6. the algorithm optimization device of the convolutional neural networks based on Neon instructions, it is characterised in that the device includes：Convolution kernel figure As matrix disposal module, for the convolution kernel image of convolutional layer to be carried out into matrixing processing, A matrixes corresponding to acquisition, and by A squares Number of arrays is alignd according to 4 multiples；

Convolution input picture matrix disposal module is treated, convolved image is treated for inputting, will treat that convolution input picture carries out matrixing Processing, B matrixes corresponding to acquisition, and B matrixes line number is alignd according to 4 multiples；

7. device as claimed in claim 6, it is characterised in that the convolution kernel image array processing module includes：For right The convolution kernel image that CNum convolution kernel size is N × N in convolutional layer, successively using each convolution kernel image as a row matrix Data, acquisition line number is CNum, the A matrixes that columns is N × N；A matrix column numbers are expanded to 4 multiple, each column square of extension Numerical value is 0 in battle array.

8. device as claimed in claim 6, it is characterised in that described to treat that convolution input picture matrix disposal module includes：With In input need convolutional layer handle treat convolved image；Convolution slide window processing is carried out according to N × N convolution kernel successively, to obtain The MNum convolution feature sub-images after convolution slide window processing；Successively using each convolution feature sub-image as a column matrix Data, the B matrixes that acquisition line number is N × N, columns is MNum；The line number of B matrixes is expanded to 4 multiple, the often row square of extension Numerical value is 0 in battle array.

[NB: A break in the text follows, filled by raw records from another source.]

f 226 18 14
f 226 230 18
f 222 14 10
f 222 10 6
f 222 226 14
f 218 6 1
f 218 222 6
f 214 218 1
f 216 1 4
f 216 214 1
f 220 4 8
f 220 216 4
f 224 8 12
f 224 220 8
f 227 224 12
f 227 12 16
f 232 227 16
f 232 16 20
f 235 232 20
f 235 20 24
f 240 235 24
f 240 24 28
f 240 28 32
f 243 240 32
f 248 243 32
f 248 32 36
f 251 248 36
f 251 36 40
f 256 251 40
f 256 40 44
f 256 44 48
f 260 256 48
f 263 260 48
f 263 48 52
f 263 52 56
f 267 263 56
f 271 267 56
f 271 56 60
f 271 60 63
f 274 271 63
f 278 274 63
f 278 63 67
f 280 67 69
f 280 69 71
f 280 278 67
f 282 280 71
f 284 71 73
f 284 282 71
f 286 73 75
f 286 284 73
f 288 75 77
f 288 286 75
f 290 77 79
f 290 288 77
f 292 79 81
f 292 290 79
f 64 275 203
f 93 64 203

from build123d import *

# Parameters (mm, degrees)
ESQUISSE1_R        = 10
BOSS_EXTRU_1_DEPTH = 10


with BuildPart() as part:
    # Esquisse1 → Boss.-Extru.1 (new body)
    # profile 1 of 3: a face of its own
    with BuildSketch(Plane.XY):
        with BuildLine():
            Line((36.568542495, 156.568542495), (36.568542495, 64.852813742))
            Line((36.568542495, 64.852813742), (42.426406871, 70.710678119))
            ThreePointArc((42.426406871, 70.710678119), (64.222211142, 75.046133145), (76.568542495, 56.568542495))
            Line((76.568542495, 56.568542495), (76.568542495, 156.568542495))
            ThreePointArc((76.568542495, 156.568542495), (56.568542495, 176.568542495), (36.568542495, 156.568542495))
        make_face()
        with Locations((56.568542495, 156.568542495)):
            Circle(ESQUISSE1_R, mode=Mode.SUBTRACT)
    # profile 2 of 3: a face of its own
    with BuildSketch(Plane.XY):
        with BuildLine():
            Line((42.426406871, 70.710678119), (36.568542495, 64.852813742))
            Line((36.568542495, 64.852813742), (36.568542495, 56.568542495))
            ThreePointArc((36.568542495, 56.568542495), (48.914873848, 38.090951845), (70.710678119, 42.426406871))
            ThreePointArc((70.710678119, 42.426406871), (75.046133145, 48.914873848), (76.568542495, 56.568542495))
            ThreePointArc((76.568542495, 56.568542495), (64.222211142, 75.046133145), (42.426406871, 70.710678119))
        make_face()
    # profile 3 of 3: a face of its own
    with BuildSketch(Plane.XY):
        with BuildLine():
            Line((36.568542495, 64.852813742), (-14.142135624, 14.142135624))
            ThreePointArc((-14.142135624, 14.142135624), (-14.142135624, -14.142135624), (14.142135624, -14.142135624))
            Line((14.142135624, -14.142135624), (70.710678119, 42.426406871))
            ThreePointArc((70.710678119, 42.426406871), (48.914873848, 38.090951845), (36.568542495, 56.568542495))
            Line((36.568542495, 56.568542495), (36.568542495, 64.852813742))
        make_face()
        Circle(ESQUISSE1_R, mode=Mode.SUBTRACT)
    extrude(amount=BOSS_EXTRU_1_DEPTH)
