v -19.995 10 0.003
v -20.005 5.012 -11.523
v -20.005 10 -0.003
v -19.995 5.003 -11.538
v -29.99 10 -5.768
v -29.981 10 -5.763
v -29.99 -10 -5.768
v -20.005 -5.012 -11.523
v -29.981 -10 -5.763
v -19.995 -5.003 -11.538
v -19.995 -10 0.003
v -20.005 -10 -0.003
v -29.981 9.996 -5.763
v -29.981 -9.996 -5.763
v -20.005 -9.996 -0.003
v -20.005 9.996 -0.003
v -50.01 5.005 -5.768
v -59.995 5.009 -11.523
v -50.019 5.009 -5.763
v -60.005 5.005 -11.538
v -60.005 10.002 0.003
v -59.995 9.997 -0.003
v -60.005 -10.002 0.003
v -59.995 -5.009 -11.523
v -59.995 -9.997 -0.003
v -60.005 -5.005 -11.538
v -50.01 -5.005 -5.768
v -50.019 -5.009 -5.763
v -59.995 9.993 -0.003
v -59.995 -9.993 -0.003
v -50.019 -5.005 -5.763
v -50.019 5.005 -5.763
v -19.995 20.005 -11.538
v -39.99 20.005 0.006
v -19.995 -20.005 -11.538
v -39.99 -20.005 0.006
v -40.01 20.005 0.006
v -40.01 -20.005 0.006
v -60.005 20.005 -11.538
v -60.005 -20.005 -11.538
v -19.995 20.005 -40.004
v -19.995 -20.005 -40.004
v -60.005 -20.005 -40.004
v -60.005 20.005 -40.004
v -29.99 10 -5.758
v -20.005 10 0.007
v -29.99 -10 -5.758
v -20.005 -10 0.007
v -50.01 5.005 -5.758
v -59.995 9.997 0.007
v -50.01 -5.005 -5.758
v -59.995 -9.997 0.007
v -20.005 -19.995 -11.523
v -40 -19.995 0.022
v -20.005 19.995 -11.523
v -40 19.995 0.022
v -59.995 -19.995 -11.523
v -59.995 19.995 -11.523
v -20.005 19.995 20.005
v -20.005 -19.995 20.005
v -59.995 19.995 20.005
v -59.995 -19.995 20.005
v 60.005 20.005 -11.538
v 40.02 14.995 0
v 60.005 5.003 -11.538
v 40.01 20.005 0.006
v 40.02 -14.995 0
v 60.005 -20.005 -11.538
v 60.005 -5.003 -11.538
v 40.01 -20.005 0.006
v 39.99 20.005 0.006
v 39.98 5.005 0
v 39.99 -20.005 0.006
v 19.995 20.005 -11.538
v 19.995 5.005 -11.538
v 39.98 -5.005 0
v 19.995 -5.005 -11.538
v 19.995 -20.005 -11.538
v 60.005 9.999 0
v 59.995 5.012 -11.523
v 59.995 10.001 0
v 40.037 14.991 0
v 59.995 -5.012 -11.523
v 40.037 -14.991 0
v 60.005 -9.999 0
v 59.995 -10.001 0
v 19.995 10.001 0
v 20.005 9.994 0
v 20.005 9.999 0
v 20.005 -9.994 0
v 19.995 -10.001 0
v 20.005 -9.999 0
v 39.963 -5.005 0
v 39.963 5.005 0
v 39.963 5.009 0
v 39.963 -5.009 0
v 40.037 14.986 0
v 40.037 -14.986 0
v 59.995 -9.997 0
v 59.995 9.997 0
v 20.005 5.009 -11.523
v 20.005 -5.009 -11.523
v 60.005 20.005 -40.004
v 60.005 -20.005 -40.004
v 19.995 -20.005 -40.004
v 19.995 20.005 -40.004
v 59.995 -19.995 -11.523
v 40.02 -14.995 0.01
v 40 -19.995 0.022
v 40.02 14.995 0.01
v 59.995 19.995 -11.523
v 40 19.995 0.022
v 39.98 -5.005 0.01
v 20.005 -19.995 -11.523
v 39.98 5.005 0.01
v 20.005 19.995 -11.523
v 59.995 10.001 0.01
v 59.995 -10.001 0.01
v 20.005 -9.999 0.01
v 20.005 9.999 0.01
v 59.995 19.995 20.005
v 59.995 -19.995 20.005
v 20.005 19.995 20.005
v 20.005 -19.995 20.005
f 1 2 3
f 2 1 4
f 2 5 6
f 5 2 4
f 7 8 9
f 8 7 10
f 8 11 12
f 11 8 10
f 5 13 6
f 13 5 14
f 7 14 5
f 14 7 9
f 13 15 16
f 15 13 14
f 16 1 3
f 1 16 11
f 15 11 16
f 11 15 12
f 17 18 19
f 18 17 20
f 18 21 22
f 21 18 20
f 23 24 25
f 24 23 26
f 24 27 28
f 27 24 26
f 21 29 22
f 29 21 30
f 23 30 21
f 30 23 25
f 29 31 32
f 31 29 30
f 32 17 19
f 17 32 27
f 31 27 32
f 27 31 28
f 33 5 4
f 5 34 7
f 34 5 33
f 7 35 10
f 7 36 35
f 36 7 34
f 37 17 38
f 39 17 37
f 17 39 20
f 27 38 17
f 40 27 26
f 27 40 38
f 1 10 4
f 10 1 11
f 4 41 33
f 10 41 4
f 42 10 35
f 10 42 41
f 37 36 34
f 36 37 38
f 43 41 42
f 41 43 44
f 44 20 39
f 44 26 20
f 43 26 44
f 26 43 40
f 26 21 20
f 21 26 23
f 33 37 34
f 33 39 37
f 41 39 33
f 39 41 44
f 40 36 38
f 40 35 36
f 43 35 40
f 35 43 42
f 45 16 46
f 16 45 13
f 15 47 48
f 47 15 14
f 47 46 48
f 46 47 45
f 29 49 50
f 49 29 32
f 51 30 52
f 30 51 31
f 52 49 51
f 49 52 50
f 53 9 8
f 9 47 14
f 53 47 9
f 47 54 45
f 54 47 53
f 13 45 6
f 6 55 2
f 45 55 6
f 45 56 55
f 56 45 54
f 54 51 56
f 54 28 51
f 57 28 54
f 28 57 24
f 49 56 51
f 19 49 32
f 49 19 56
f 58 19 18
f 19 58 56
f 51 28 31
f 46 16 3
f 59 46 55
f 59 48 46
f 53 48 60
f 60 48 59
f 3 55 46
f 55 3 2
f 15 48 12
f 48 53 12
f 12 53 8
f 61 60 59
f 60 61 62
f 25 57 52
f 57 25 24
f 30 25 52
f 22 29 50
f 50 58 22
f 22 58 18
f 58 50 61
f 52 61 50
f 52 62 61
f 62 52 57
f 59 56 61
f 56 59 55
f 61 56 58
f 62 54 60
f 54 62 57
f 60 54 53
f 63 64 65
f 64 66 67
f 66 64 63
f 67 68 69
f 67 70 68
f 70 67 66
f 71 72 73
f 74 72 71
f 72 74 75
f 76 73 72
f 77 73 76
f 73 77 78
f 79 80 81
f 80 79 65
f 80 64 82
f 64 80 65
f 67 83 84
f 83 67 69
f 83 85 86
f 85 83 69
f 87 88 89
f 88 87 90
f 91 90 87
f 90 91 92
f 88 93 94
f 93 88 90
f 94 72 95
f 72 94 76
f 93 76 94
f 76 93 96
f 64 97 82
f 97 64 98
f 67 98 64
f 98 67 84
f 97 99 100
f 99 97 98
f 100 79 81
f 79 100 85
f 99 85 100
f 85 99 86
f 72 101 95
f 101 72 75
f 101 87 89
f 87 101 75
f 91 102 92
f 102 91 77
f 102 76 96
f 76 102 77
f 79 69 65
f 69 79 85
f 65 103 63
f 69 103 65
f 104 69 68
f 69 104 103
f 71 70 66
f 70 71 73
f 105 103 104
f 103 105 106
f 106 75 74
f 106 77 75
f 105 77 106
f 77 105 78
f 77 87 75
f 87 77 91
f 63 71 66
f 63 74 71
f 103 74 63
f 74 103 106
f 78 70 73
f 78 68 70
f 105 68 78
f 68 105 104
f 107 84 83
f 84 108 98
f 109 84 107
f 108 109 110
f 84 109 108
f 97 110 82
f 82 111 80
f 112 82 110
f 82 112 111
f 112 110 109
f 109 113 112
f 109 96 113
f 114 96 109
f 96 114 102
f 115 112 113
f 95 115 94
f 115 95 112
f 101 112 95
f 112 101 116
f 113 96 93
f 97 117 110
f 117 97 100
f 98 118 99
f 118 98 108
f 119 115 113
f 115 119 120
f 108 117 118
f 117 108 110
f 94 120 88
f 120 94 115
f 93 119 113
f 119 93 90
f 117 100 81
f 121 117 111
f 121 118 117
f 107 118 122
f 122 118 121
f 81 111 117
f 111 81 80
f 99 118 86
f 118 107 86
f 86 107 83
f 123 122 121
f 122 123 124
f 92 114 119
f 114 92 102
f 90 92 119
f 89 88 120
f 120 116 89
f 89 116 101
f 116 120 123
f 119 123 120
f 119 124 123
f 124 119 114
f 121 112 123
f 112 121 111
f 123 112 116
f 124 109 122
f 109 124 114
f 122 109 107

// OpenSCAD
module dovetail(a=10,b=4,h=10,l=25)
    linear_extrude(l)polygon([[-h,-a+b/2],[-h,a-b/2],[h,b/2],[h,-b/2]]);
module dovetail_template(ang=-30)
    union()
      {
     for (x=[1,-1])
      translate([x*20,0,0])difference()
          {rotate([0,60,0])translate([0,0,-20])dovetail(20,10,10,40);
           rotate([0,x*ang,0])translate([0,0,30])cube(60,center=true);}   
      difference()
        {
        translate([0,0,-20])cube(45 ,center=true);
        for (a=[30,-30]) rotate([0,a,0])translate([0,0,30.01])cube(60,center=true);
        };
      };
//$t=0.5;
for (o_a=[[-40,-30],[40,0]])let(o=o_a[0],a=o_a[1])translate([o,0,0])rotate($t*720){
intersection() 
    {
    translate([0,0,-19.999])cube(40.01,center=true); 
    dovetail_template(ang=a);
        };      
color("blue",1)translate([sin($t*180)^2*25,0,sin($t*180)^2*25*tan(30)+0.01])difference(){
    cube(39.99,center=true);
    dovetail_template(ang=a);
    };}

9. device as claimed in claim 6, the matrix transposed transform module is used to the row and column of B matrixes carrying out transposition change Change, using obtain line number as MNum, columns for N × N be extended to 4 multiples alignment Bt matrixes.

10. device as claimed in claim 6, it is characterised in that the Neon optimizations processing module includes：For In Neon instructions, the loading that 4 floating numbers are carried out using loading instruction vld1q_f32 is operated；Using multiplying order vmulq_f32 Carry out the multiplying operation of 4 floating numbers；The add operation of 4 floating numbers is carried out using addition instruction vaddq_f32；Using Split instruction vget_low_f32 and vget_high_f32 and obtain 2 floating numbers respectively；Using by addition instruction vpadd_ F32 first carries out the addition of 2 floating numbers in vget_low_f32, vget_high_f32, then adjacent tired to the result progress of addition Add.